⟨

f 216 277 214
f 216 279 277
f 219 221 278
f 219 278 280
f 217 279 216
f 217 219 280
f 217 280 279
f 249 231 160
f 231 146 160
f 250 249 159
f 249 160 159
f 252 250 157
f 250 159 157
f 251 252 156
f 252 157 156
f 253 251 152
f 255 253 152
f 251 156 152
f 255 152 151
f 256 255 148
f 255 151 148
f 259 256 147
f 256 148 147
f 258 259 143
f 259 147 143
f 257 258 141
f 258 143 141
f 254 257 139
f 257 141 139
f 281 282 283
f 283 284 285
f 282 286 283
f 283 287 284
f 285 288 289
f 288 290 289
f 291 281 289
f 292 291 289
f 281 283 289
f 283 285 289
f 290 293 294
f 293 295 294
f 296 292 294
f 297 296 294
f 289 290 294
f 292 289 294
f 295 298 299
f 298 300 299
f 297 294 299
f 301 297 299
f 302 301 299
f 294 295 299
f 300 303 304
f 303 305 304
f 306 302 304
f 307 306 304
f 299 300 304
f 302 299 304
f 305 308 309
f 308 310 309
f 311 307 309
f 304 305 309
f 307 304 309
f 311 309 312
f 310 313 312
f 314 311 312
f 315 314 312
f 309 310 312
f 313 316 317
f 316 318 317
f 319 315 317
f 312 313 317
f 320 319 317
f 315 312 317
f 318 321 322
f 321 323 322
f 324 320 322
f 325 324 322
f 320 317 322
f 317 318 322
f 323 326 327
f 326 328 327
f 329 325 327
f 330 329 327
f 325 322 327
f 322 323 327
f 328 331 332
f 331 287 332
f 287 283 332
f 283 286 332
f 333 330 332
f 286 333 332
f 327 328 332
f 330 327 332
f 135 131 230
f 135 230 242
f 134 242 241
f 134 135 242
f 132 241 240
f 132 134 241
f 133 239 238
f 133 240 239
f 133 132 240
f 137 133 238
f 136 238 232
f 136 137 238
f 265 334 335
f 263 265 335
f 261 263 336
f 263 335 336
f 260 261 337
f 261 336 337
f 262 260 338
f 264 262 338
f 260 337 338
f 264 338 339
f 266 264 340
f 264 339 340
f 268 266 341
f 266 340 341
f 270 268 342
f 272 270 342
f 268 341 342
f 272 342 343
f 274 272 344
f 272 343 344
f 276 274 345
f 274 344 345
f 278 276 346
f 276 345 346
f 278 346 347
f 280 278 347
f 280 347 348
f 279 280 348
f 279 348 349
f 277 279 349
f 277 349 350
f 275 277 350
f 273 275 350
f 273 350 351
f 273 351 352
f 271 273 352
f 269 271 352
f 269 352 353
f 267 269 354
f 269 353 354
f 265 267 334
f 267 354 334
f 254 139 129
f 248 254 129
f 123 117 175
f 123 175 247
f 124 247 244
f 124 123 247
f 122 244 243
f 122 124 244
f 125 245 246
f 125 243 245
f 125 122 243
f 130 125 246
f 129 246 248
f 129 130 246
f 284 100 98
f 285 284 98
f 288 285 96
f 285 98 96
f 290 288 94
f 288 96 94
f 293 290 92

⟩

◆ WORK ORDER: Repeat all of the material above exactly, with no line dropped.

◆ THE ANSWER:
f 216 277 214
f 216 279 277
f 219 221 278
f 219 278 280
f 217 279 216
f 217 219 280
f 217 280 279
f 249 231 160
f 231 146 160
f 250 249 159
f 249 160 159
f 252 250 157
f 250 159 157
f 251 252 156
f 252 157 156
f 253 251 152
f 255 253 152
f 251 156 152
f 255 152 151
f 256 255 148
f 255 151 148
f 259 256 147
f 256 148 147
f 258 259 143
f 259 147 143
f 257 258 141
f 258 143 141
f 254 257 139
f 257 141 139
f 281 282 283
f 283 284 285
f 282 286 283
f 283 287 284
f 285 288 289
f 288 290 289
f 291 281 289
f 292 291 289
f 281 283 289
f 283 285 289
f 290 293 294
f 293 295 294
f 296 292 294
f 297 296 294
f 289 290 294
f 292 289 294
f 295 298 299
f 298 300 299
f 297 294 299
f 301 297 299
f 302 301 299
f 294 295 299
f 300 303 304
f 303 305 304
f 306 302 304
f 307 306 304
f 299 300 304
f 302 299 304
f 305 308 309
f 308 310 309
f 311 307 309
f 304 305 309
f 307 304 309
f 311 309 312
f 310 313 312
f 314 311 312
f 315 314 312
f 309 310 312
f 313 316 317
f 316 318 317
f 319 315 317
f 312 313 317
f 320 319 317
f 315 312 317
f 318 321 322
f 321 323 322
f 324 320 322
f 325 324 322
f 320 317 322
f 317 318 322
f 323 326 327
f 326 328 327
f 329 325 327
f 330 329 327
f 325 322 327
f 322 323 327
f 328 331 332
f 331 287 332
f 287 283 332
f 283 286 332
f 333 330 332
f 286 333 332
f 327 328 332
f 330 327 332
f 135 131 230
f 135 230 242
f 134 242 241
f 134 135 242
f 132 241 240
f 132 134 241
f 133 239 238
f 133 240 239
f 133 132 240
f 137 133 238
f 136 238 232
f 136 137 238
f 265 334 335
f 263 265 335
f 261 263 336
f 263 335 336
f 260 261 337
f 261 336 337
f 262 260 338
f 264 262 338
f 260 337 338
f 264 338 339
f 266 264 340
f 264 339 340
f 268 266 341
f 266 340 341
f 270 268 342
f 272 270 342
f 268 341 342
f 272 342 343
f 274 272 344
f 272 343 344
f 276 274 345
f 274 344 345
f 278 276 346
f 276 345 346
f 278 346 347
f 280 278 347
f 280 347 348
f 279 280 348
f 279 348 349
f 277 279 349
f 277 349 350
f 275 277 350
f 273 275 350
f 273 350 351
f 273 351 352
f 271 273 352
f 269 271 352
f 269 352 353
f 267 269 354
f 269 353 354
f 265 267 334
f 267 354 334
f 254 139 129
f 248 254 129
f 123 117 175
f 123 175 247
f 124 247 244
f 124 123 247
f 122 244 243
f 122 124 244
f 125 245 246
f 125 243 245
f 125 122 243
f 130 125 246
f 129 246 248
f 129 130 246
f 284 100 98
f 285 284 98
f 288 285 96
f 285 98 96
f 290 288 94
f 288 96 94
f 293 290 92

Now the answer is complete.